During the months he wasn't filming Foyle's War he returned to the theatre. In 2005 he starred in Agatha Christie's And Then There Were None in the West End of London. He played the lead in the first stage adaptation of John Fowles's The French Lieutenant's Woman which toured the UK in 2006. In 2008, Howell appeared in the Primavera production of Jingo: A Farce of War by Charles Wood at London's Finborough Theatre, then toured with the Peter Hall company in an adaptation of Henry James's Portrait of a Lady and Ibsen's A Doll's House.

In 2010 he played Gordon Way in the BBC TV adaptation of Dirk Gently, loosely based on the books by Douglas Adams.
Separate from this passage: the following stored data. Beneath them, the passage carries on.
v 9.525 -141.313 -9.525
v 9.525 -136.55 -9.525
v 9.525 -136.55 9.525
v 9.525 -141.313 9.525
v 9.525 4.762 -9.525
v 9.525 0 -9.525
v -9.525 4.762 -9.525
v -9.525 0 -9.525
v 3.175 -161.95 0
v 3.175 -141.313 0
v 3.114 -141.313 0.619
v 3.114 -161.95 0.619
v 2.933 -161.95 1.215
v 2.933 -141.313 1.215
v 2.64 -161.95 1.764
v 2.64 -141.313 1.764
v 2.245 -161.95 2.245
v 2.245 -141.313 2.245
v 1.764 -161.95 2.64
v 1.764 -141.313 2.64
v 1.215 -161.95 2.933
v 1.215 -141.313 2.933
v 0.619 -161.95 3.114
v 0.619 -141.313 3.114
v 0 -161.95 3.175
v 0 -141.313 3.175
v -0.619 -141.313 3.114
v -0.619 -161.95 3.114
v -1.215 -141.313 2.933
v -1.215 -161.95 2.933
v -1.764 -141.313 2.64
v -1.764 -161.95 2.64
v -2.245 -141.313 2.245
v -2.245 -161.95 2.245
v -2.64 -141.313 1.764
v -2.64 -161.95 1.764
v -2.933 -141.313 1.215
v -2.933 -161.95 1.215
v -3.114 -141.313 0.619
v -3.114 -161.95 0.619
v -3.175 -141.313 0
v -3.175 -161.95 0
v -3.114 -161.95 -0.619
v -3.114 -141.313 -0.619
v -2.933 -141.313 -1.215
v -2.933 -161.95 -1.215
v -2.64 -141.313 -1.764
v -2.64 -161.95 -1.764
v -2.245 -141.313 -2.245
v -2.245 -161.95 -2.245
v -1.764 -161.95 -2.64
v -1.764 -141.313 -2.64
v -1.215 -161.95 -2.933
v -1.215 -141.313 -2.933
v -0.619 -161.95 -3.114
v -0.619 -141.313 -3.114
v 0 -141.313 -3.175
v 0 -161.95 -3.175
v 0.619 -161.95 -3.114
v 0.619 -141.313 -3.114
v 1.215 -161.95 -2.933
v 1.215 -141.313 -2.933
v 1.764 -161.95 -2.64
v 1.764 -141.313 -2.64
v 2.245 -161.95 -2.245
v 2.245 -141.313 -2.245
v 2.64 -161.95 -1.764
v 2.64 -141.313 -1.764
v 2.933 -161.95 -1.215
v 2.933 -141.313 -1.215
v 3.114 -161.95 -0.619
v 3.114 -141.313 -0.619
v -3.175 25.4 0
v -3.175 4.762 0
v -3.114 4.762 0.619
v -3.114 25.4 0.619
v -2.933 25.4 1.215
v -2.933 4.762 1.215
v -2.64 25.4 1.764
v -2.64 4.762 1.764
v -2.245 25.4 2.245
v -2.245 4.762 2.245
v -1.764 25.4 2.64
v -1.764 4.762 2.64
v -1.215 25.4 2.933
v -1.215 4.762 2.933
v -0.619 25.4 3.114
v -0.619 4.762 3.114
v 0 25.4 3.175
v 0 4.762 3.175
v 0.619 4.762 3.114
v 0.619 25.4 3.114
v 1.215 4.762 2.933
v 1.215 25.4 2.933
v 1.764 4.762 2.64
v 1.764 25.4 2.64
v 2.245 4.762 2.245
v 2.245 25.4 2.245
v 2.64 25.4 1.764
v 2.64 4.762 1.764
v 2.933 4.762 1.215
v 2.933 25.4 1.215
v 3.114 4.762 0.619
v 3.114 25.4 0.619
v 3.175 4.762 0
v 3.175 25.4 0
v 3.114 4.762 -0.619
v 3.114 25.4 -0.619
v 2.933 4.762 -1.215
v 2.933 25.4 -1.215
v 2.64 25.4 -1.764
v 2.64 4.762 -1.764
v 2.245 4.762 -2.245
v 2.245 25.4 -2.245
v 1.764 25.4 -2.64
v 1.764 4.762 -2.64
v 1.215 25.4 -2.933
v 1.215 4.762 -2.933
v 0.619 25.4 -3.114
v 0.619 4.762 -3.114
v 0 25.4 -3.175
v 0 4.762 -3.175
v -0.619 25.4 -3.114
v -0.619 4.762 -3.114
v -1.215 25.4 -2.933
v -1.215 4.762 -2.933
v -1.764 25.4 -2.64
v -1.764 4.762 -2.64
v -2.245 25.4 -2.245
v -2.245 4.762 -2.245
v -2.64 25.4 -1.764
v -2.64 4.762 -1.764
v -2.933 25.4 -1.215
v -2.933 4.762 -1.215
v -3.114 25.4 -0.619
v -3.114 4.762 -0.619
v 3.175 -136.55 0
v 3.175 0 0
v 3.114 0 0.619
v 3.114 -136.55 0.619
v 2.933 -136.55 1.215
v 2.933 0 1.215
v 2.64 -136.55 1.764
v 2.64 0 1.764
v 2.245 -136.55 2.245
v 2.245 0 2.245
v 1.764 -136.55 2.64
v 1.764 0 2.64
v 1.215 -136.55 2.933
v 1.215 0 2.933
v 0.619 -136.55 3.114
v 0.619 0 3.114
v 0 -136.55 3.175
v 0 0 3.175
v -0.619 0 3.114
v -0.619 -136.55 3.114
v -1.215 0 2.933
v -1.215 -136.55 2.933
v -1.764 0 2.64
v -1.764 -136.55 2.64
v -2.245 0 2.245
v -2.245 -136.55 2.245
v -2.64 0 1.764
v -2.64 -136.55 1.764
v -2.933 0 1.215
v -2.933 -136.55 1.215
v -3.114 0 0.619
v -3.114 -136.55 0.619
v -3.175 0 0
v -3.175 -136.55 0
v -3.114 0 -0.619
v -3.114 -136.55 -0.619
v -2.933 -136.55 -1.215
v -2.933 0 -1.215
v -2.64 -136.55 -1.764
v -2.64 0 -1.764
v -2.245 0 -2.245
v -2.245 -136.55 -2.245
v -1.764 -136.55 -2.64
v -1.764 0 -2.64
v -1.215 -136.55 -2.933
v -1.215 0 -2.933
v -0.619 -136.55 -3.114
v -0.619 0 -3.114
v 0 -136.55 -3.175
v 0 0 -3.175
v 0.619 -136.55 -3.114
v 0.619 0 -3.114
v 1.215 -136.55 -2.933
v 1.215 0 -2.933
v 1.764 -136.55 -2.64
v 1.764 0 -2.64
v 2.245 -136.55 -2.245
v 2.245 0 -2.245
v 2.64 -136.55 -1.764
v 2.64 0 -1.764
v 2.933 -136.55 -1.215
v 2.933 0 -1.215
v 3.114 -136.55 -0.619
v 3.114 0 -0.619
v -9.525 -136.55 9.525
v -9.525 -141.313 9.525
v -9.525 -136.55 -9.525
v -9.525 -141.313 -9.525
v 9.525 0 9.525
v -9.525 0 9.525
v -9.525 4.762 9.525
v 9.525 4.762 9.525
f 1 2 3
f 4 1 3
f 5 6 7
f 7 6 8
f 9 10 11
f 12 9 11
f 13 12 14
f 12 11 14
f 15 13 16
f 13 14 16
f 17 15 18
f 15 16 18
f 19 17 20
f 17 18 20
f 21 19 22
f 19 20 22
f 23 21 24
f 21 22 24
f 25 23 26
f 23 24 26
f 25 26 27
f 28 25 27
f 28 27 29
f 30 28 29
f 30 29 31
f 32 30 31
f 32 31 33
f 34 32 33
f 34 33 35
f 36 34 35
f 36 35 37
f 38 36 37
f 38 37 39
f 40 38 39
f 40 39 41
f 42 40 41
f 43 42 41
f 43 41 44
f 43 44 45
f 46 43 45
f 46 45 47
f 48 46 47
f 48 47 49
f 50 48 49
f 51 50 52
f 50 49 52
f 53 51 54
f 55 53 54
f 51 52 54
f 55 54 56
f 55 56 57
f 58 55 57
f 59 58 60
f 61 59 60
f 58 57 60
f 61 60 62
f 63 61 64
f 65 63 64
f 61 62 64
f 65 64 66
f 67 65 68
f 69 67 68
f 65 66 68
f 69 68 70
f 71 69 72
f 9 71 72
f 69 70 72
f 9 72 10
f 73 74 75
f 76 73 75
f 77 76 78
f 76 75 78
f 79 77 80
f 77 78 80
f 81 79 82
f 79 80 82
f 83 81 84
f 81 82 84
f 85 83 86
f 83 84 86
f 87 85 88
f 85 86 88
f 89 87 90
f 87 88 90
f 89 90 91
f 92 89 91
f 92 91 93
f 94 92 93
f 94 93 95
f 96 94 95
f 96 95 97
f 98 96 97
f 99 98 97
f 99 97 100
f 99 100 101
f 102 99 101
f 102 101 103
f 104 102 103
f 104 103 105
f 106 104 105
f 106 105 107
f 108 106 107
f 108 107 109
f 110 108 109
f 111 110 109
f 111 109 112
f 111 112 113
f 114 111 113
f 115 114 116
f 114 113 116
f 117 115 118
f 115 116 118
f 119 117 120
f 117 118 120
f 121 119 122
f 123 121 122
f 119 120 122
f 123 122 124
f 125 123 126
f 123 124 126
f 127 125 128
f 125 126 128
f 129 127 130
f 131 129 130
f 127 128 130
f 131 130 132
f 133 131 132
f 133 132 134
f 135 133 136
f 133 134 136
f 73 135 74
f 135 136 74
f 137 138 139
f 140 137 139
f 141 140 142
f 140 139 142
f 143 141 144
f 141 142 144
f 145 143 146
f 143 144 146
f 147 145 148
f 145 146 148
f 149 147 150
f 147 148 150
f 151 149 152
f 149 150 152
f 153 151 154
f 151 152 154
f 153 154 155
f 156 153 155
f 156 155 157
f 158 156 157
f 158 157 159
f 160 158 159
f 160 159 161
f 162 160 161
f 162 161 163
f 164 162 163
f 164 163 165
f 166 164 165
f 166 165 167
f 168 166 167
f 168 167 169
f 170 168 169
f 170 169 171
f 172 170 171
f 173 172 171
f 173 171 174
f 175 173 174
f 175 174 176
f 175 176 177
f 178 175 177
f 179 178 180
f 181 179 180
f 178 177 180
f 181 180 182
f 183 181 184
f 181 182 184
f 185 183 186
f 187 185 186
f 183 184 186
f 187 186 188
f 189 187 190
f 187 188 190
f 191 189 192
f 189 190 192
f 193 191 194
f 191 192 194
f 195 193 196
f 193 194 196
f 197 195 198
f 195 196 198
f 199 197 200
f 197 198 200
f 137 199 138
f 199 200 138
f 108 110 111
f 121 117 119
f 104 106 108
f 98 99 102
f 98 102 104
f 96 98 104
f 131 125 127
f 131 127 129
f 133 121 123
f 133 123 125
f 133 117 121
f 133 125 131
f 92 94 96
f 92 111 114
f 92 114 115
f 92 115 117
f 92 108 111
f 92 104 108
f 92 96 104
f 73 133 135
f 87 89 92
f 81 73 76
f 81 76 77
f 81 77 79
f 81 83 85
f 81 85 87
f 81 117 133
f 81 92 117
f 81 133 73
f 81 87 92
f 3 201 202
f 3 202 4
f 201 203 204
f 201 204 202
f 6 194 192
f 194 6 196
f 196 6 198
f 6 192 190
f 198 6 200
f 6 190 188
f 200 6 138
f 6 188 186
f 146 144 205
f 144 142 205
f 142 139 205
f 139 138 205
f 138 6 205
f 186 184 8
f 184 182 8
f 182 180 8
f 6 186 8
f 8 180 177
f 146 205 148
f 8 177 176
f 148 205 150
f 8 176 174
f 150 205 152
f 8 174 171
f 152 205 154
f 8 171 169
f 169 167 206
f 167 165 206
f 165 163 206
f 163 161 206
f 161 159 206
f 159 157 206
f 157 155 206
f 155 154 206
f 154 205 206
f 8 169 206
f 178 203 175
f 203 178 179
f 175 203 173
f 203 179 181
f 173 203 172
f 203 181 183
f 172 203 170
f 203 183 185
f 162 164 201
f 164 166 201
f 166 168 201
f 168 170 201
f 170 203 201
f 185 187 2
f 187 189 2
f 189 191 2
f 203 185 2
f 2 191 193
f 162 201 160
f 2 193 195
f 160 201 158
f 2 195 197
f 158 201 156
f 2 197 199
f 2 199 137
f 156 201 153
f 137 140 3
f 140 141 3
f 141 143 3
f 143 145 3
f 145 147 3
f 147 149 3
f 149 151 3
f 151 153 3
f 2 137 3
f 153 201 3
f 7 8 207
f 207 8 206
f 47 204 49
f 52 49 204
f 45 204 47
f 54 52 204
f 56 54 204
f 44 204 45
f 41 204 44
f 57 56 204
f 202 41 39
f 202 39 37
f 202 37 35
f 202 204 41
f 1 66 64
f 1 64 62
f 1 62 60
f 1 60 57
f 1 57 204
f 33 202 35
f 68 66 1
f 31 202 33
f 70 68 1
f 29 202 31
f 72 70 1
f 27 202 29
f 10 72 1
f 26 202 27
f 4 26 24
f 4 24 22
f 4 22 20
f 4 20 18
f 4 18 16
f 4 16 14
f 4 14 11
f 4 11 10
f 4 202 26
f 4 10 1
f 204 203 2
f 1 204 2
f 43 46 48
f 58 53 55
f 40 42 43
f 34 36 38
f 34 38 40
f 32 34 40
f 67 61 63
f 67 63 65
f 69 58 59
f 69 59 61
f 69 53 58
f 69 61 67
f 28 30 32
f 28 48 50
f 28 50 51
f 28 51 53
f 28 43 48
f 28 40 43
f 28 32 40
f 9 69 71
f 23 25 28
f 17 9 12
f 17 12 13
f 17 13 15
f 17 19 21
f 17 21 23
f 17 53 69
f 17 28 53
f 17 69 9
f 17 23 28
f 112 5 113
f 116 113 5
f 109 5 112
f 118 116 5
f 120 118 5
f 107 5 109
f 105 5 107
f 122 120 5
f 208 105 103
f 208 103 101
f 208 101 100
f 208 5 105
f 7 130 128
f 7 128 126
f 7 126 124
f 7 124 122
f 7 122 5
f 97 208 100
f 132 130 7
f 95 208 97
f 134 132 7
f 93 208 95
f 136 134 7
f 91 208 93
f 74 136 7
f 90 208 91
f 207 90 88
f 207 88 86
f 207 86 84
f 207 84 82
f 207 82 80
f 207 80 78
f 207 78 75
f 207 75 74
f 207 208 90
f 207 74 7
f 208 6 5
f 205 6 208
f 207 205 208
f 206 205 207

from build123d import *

# Parameters (mm, degrees)
F0_R     = 3.175
F1_DEPTH = 136.5504
F2_W     = 19.05
F2_H     = 19.05
F3_DEPTH = 4.7625
F4_W     = 19.05
F4_H     = 19.05
F5_DEPTH = 4.7625
F6_R     = 3.175
F7_DEPTH = 25.4
F8_R     = 3.175
F9_DEPTH = 25.4


with BuildPart() as f1:
    # F0 (on Front) → F1 (new body)
    with BuildSketch(Plane.XZ):
        Circle(F0_R)
    extrude(amount=F1_DEPTH)

    # F2 (on face) → F3 (join)
    with BuildSketch(Plane.XZ.offset(136.5504)):
        Rectangle(F2_W, F2_H)
    extrude(amount=F3_DEPTH)

    # F4 (on face) → F5 (join)
    with BuildSketch(Plane(origin=(0, 0, 0), x_dir=(-1, 0, 0), z_dir=(0, 1, 0))):
        Rectangle(F4_W, F4_H)
    extrude(amount=F5_DEPTH)

    # F6 (on face) → F7 (join)
    with BuildSketch(Plane.XZ.offset(136.5504)):
        Circle(F6_R)
    extrude(amount=F7_DEPTH)

    # F8 (on face) → F9 (join)
    with BuildSketch(Plane(origin=(0, 0, 0), x_dir=(-1, 0, 0), z_dir=(0, 1, 0))):
        Circle(F8_R)
    extrude(amount=F9_DEPTH)


solid = f1.part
Later that year he joined Shakespeare's Globe to perform in Henry VIII, and also in the world premiere of Howard Brenton's Anne Boleyn, playing the role of a young Henry VIII opposite Miranda Raison as Anne, roles they both reprised at the Globe in the following year. Two years later he played Trigorin in a new adaptation of Chekhov's The Seagull by Evening Standard Award winning writer, Anya Reiss at the Southwark Playhouse.

He also played Jean Neuhaus, a Belgian chocolatier, in an episode in Season 2 of Mr Selfridge.

Howell filmed Dracula in Budapest, an NBC Universal series starring Jonathan Rhys Meyers. He also voices Victor Belmont in the 2014 video game Castlevania: Lords of Shadow 2, as well as providing the motion capture for the protagonist, Dracula. He also provided the voice and motion capture for Weyland-Yutani employee Christopher Samuels in the 2014 survival horror game, Alien: Isolation.

In the summer seasons of 2014 and 2015 he appeared on the stage of the Globe in London, in 2014 as Cassius in Shakespeare's Julius Caesar and in 2015 as Bishop Santa Cruz in Helen Edmundson's The Heresy of Love.

From 2016 to 2020 he was a station imaging voice over for BBC Three Counties Radio.

In 2017 he played Cliff in the horror film Widow's Walk.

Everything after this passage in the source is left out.